When people get older, they need help again. They return to that childish state of physical need. It’s so human and beautiful. It’s sad how many families send their old to be with the old, closed off and boxed in by sterile, whitewashed walls, to be cared for by “the experts.” The other generations lose so much. I do not like how birth and death are hidden like this in the West. It’s inhuman.
I’ve ended up at Mimi’s house in East Tennessee three times this year. The first was in May. I stayed the night. We stayed up until 3AM crying over Jesus and my dad, shuffling pictures she’d forgotten about. It had taken until 1am to get past the chatter phase - she’s insistent in that regard. You need to get her alone and affirm her security before she’ll really talk. I love her. She knows it. She also forgets to feel it. I imagine it’s symptomatic of all the abuse she’s endured.
Her story is my story, I’ve come to see. Such it is with all of my family. There is genetic momentum and epigenetic betrayal on display in each second of “my” life. Will Durant said it best “The present is the past rolled up for action, the past is the present unrolled for understanding… It is the present, not the past that dies. It is only the past that lives.” In this light, I am my family history rolled up for action. My lineage is me unrolled for understanding.

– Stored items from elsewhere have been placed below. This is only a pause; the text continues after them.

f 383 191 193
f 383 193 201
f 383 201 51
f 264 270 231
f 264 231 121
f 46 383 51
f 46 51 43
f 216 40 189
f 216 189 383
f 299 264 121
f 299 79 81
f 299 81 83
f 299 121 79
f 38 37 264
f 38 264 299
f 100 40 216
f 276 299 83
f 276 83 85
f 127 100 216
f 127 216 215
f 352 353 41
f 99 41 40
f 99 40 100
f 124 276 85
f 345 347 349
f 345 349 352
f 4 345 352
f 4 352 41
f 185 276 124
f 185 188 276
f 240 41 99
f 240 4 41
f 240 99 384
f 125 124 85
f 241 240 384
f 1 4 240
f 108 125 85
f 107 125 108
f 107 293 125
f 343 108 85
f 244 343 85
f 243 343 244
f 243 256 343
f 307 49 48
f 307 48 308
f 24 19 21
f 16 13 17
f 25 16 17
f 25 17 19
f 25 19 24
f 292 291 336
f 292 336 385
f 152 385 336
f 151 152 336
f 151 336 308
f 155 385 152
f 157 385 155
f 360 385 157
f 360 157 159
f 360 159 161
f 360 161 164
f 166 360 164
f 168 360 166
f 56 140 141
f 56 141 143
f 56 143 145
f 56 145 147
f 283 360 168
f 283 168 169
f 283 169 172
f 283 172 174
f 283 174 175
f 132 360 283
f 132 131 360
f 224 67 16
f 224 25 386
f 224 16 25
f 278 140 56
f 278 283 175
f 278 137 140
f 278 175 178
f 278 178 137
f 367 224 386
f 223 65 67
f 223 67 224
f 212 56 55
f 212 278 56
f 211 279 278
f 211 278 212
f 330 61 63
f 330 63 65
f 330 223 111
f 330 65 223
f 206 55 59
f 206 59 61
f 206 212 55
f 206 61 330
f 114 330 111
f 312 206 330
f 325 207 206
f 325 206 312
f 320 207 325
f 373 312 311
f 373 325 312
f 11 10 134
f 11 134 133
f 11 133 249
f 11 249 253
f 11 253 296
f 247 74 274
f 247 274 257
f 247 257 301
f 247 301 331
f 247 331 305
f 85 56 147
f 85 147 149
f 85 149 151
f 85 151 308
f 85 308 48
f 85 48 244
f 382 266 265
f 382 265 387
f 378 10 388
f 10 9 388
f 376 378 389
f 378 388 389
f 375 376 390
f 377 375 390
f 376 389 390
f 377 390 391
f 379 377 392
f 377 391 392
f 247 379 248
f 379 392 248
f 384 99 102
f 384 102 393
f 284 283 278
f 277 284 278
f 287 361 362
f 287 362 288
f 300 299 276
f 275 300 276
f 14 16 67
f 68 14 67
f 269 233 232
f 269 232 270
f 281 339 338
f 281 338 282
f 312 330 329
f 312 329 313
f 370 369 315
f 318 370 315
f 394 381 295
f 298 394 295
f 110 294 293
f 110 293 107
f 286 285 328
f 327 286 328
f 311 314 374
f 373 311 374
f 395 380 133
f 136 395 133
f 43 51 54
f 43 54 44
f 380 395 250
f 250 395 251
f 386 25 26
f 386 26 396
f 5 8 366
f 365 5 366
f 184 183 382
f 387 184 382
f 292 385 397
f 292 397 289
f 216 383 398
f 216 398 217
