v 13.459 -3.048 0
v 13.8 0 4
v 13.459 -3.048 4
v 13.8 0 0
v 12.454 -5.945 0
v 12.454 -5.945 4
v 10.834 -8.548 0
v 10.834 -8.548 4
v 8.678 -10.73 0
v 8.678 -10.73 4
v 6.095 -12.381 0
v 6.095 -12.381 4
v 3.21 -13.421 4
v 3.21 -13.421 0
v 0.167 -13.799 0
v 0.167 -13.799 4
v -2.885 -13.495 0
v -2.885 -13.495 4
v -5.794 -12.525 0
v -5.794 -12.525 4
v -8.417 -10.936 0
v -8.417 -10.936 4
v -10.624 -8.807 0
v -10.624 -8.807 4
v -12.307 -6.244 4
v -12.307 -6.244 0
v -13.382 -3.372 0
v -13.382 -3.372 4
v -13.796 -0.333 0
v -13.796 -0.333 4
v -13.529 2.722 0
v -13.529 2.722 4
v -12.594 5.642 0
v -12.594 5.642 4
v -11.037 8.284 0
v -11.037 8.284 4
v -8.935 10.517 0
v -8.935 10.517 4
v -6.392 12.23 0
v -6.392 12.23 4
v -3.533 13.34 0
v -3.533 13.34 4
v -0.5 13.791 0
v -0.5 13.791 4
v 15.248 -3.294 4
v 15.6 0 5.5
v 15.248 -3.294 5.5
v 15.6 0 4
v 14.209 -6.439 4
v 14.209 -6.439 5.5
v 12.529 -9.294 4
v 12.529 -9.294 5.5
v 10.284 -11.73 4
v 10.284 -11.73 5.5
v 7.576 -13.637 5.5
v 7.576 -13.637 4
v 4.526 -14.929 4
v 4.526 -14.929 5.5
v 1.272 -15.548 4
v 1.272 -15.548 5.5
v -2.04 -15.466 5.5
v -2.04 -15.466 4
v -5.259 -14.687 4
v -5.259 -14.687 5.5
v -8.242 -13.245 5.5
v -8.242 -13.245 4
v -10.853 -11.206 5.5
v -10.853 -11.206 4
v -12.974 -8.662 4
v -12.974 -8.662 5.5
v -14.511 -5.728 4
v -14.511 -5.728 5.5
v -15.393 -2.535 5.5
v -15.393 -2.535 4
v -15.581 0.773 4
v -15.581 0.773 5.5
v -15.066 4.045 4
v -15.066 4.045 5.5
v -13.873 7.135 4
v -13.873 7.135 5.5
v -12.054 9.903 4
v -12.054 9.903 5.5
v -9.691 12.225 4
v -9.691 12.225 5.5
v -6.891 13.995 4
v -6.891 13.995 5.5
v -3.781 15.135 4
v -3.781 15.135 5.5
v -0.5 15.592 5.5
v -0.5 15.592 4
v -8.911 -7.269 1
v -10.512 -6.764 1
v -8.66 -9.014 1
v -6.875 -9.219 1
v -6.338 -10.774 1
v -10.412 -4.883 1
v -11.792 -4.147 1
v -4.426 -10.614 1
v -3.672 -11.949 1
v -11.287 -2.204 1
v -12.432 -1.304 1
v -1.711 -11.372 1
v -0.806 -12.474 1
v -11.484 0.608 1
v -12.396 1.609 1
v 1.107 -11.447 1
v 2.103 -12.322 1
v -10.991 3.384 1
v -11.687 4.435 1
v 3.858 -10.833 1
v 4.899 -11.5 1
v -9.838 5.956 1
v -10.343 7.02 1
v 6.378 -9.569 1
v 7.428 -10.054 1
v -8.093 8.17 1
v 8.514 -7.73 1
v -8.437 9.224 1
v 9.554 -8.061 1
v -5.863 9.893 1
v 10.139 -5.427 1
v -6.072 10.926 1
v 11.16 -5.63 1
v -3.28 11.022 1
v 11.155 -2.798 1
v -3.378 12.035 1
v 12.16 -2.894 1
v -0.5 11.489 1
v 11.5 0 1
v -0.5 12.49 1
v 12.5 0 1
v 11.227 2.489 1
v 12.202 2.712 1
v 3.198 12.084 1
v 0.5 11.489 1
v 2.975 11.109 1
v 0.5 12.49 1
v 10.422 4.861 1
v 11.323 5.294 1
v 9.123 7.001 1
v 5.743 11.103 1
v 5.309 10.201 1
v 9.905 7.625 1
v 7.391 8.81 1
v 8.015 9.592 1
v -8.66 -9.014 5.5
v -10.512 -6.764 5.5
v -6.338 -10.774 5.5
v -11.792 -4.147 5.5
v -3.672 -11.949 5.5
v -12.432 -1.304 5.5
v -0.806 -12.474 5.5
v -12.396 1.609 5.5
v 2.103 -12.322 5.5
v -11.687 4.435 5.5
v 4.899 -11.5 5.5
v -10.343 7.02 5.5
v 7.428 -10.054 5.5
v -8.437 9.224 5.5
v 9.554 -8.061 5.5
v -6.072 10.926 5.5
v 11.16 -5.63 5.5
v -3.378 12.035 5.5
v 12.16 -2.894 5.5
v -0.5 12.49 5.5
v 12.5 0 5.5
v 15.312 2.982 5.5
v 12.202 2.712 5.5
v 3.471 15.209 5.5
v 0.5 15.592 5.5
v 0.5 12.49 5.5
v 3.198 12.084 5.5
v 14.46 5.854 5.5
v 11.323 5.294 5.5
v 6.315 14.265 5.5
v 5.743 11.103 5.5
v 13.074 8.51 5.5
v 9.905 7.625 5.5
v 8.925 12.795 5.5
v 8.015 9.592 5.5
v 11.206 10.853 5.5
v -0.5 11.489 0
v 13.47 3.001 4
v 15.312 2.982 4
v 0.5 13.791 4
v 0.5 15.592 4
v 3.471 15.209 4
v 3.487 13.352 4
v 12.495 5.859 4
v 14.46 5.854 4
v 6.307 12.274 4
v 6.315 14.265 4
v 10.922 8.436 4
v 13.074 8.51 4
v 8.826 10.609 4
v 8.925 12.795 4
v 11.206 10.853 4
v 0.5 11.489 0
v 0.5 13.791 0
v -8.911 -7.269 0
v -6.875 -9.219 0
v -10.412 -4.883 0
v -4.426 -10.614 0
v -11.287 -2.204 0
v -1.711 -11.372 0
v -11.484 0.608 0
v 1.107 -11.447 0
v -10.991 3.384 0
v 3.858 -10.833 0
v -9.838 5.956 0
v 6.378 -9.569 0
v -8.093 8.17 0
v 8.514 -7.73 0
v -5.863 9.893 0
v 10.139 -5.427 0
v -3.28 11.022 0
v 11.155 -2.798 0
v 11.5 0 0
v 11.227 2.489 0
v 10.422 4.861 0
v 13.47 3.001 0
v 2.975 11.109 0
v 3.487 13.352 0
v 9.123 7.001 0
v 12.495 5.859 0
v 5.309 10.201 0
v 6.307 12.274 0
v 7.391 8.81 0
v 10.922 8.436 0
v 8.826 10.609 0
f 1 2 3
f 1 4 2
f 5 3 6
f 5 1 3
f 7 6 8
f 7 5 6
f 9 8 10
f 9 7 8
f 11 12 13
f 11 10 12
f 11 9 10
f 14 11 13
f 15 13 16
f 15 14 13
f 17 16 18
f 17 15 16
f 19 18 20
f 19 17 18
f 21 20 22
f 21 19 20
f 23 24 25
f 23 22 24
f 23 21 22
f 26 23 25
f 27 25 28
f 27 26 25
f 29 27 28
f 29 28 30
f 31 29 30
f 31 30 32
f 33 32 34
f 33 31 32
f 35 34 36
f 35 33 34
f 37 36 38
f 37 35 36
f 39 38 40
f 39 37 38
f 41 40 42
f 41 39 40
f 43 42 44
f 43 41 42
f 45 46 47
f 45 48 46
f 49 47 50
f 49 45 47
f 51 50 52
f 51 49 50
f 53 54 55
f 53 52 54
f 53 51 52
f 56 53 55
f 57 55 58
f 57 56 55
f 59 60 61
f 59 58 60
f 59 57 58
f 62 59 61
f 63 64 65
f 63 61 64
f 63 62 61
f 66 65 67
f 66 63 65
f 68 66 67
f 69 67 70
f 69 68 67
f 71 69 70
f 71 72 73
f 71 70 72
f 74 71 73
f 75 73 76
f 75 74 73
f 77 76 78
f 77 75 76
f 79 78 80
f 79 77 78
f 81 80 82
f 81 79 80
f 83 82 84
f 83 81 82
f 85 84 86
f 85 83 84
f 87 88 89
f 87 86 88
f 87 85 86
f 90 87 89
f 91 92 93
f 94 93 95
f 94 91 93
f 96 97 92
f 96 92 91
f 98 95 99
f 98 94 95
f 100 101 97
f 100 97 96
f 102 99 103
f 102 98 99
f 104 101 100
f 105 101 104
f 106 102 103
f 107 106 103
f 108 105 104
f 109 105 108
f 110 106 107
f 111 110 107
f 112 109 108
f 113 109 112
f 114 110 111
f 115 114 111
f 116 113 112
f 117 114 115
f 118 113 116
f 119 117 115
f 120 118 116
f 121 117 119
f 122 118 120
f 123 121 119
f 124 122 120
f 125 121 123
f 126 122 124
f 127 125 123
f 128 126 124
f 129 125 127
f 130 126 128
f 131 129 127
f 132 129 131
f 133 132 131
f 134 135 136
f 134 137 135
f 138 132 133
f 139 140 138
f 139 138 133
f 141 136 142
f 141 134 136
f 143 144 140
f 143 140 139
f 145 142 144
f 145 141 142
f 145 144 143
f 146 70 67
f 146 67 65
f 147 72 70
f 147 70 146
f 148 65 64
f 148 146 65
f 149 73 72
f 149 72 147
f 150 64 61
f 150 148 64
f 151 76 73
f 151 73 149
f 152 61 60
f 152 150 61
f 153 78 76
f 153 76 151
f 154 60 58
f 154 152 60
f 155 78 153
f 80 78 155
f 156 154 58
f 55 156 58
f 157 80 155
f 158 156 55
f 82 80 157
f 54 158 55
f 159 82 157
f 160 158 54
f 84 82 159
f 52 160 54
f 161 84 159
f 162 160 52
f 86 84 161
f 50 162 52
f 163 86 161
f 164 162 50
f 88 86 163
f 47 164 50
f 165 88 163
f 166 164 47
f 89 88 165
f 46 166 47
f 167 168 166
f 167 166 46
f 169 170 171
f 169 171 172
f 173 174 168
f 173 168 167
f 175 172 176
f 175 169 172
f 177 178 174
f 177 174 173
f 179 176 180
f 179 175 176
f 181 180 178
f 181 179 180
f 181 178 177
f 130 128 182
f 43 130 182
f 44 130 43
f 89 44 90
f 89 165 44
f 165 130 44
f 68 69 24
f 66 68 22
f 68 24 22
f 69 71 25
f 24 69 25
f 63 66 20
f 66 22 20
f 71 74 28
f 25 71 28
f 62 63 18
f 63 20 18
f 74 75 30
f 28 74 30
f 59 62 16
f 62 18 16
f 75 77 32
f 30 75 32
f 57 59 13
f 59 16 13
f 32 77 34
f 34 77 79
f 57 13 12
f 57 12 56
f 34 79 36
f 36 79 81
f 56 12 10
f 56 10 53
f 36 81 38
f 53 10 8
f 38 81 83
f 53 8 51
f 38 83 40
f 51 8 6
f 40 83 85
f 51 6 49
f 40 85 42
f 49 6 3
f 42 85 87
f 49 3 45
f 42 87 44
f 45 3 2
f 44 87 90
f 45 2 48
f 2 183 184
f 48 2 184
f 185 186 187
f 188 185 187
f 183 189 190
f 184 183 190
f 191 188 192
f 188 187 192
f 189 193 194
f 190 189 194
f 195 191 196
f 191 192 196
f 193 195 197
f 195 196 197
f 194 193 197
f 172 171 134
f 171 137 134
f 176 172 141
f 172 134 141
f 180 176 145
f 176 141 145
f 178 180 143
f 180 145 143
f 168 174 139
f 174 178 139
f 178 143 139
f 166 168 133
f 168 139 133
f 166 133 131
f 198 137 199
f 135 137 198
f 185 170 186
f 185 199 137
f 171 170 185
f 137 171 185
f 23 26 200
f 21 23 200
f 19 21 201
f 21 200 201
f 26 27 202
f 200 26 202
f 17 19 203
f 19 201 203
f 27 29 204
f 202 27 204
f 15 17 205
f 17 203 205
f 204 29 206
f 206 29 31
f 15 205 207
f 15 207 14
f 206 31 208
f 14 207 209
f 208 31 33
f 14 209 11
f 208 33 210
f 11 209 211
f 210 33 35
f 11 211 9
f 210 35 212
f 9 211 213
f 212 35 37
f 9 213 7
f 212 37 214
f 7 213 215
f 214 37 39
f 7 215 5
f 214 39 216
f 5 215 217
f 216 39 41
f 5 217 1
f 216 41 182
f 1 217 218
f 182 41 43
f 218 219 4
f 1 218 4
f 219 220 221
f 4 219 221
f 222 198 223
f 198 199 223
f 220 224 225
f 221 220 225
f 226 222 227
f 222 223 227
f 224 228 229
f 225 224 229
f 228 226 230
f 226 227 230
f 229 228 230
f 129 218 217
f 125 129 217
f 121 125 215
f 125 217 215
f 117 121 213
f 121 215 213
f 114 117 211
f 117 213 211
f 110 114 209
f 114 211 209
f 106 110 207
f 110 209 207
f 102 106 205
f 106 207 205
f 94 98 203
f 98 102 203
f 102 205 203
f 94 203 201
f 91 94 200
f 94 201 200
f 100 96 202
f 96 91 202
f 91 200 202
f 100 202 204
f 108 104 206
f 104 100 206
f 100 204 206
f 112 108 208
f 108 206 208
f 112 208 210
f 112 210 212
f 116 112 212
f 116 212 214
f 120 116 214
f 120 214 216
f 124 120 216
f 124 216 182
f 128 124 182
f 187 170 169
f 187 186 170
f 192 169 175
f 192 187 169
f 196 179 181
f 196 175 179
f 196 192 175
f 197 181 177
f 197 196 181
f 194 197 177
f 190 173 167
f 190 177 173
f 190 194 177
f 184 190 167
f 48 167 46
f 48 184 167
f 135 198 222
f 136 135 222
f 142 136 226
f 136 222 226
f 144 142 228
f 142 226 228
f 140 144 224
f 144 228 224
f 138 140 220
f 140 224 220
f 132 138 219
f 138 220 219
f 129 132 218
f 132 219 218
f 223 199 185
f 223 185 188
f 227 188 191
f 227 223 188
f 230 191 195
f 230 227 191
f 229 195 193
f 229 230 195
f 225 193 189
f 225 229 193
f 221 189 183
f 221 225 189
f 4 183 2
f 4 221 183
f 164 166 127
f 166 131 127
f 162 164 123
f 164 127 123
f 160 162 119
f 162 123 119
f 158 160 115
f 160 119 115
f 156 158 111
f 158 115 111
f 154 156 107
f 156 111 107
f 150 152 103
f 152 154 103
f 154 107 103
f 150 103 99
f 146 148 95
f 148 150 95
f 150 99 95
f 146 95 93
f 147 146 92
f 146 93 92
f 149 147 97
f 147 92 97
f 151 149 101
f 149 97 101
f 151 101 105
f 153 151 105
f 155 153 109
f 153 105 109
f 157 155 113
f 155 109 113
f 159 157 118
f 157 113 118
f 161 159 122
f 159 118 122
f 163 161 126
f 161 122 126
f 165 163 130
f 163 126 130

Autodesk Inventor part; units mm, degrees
ref_plane "YZ Plane" through (0, 0, 0) normal (1, 0, 0) x (0, 1, 0)
ref_plane "XZ Plane" through (0, 0, 0) normal (0, 1, 0) x (-1, 0, 0)
ref_plane "XY Plane" through (0, 0, 0) normal (0, 0, 1) x (1, 0, 0)
sketch "Sketch1" plane through (0, 0, 0) normal (0, 0, 1) x (1, 0, 0)
  circle A0 centre (0, 0) radius 13.8
  circle A1 centre (0, 0) radius 11.5
  circle A2 centre (0, 0) radius 15.6
  circle A3 centre (0, 0) radius 12.5
  dimension "d0" = 27.6
  dimension "d1" = 23
  dimension "d2" = 31.2
  dimension "d3" = 25
extrude "Extrusion1" add sketch "Sketch1" along normal blind 1 contours A3
extrude "Extrusion2" add sketch "Sketch1" along normal blind 4 contours A0
sketch "Sketch2" plane through (0, 0, 4) normal (0, 0, 1) x (1, 0, 0)
  circle A0 centre (0, 0) radius 15.6 projected
  circle A1 centre (0, 0) radius 12.5 projected
extrude "Extrusion3" add sketch "Sketch2" along normal blind 1.5
sketch "Sketch3" plane through (0, 0, 5.5) normal (0, 0, 1) x (1, 0, 0)
  line L0 (0.5, 8.5) -> (-0.5, 8.5)
  line L1 (-0.5, 8.5) -> (-0.5, 16.5)
  line L2 (-0.5, 16.5) -> (0.5, 16.5)
  line L3 (0.5, 16.5) -> (0.5, 8.5)
  circle A0 centre (0, 0) radius 12.5 projected
  line L4 (0.5, 8.5) -> (-0.5, 16.5) construction
  line L5 (-0.5, 8.5) -> (0.5, 16.5) construction
  point P0 (0, 12.5)
  dimension "d10" = 1
  dimension "d11" = 8
extrude "Extrusion4" cut sketch "Sketch3" against normal blind 10 contours L0 L1 A0 L3 | A0 L1 L2 L3 picked at (0.0556, 9.833)
properties part number "25mmFilterAdapter"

In 2023 I explored my family tree. Billionaires, overdoses, incest, murder, slavery, betrayal, war, nation-building, robber barons, corporate takeovers, the invention of junk mail, rape, and good ol’ great uncle Silas who lived in a log and shot any soldier who entered his village, regardless of what team they were on. While I’m sure my family is far from unique, it feels that way. These stories and sets of facts capture me. Tracing who shot who, who married who, who made something of themselves through the ages is so damn interesting. However, it’s always felt distanced, as if my family was a secondhand good. Never fully mine. The fruit of my journeys: for the first time it’s beginning to feel personal. It’s my history too.
An effect of this research is a transcendent sense of duty. I stand on the shoulders of giants. It is a matter of responsibility to live my life in a manner that could only be lived now - as I put it in a journal entry (pardon my excited capitalization, I like drama):
Known
I fell in love with a wonderful person this year. It was sublime. I also gave her up to see clearly (a topic worth a book). My mind has been brightened and dulled, frightened and moored, a peace remains. It was entirely new for me. While, as admitted above, I’ve been a weak man this year - undisciplined in mind and spirit - I was met and known in it. What a precious gift.
I’m unsure what to do with myself now if I’m honest, which surprises me. I’m quite the independent and I am desiring dependence. I may be the 15th man in Hemingway’s Men Without Women, uncovering a hidden incompleteness in myself, or Joyce’s next portrait of a young artist, revoking what was to reach what now can be. Daedalus, Icarus, phoenix, I don’t know which my story is. Seems to be something time will reveal. I have faith.
Until it does, I’m romancing the moon (the sun is too proud to be admired - I’ve tried and angered my corneas), tasting leftovers of a feast that was exactly what it should’ve been. Stolen words sweeten my tears, since I have a hard time finding my own. Mainly Mary Oliver’s whenever she talks about birds:
… And did you feel it, in your heart, how it pertained to everything?
And have you too finally figured out what beauty is for?
And have you changed your life?
From “The Swan”
Also, Terns, for my poem loving friends. It’s too long to include as text.
While I’ve been in this sensitive space, I’ve thrown myself at art. Touching and feeling all sorts. I’ve never been so moved so frequently! Films, paintings, poems, novels galore.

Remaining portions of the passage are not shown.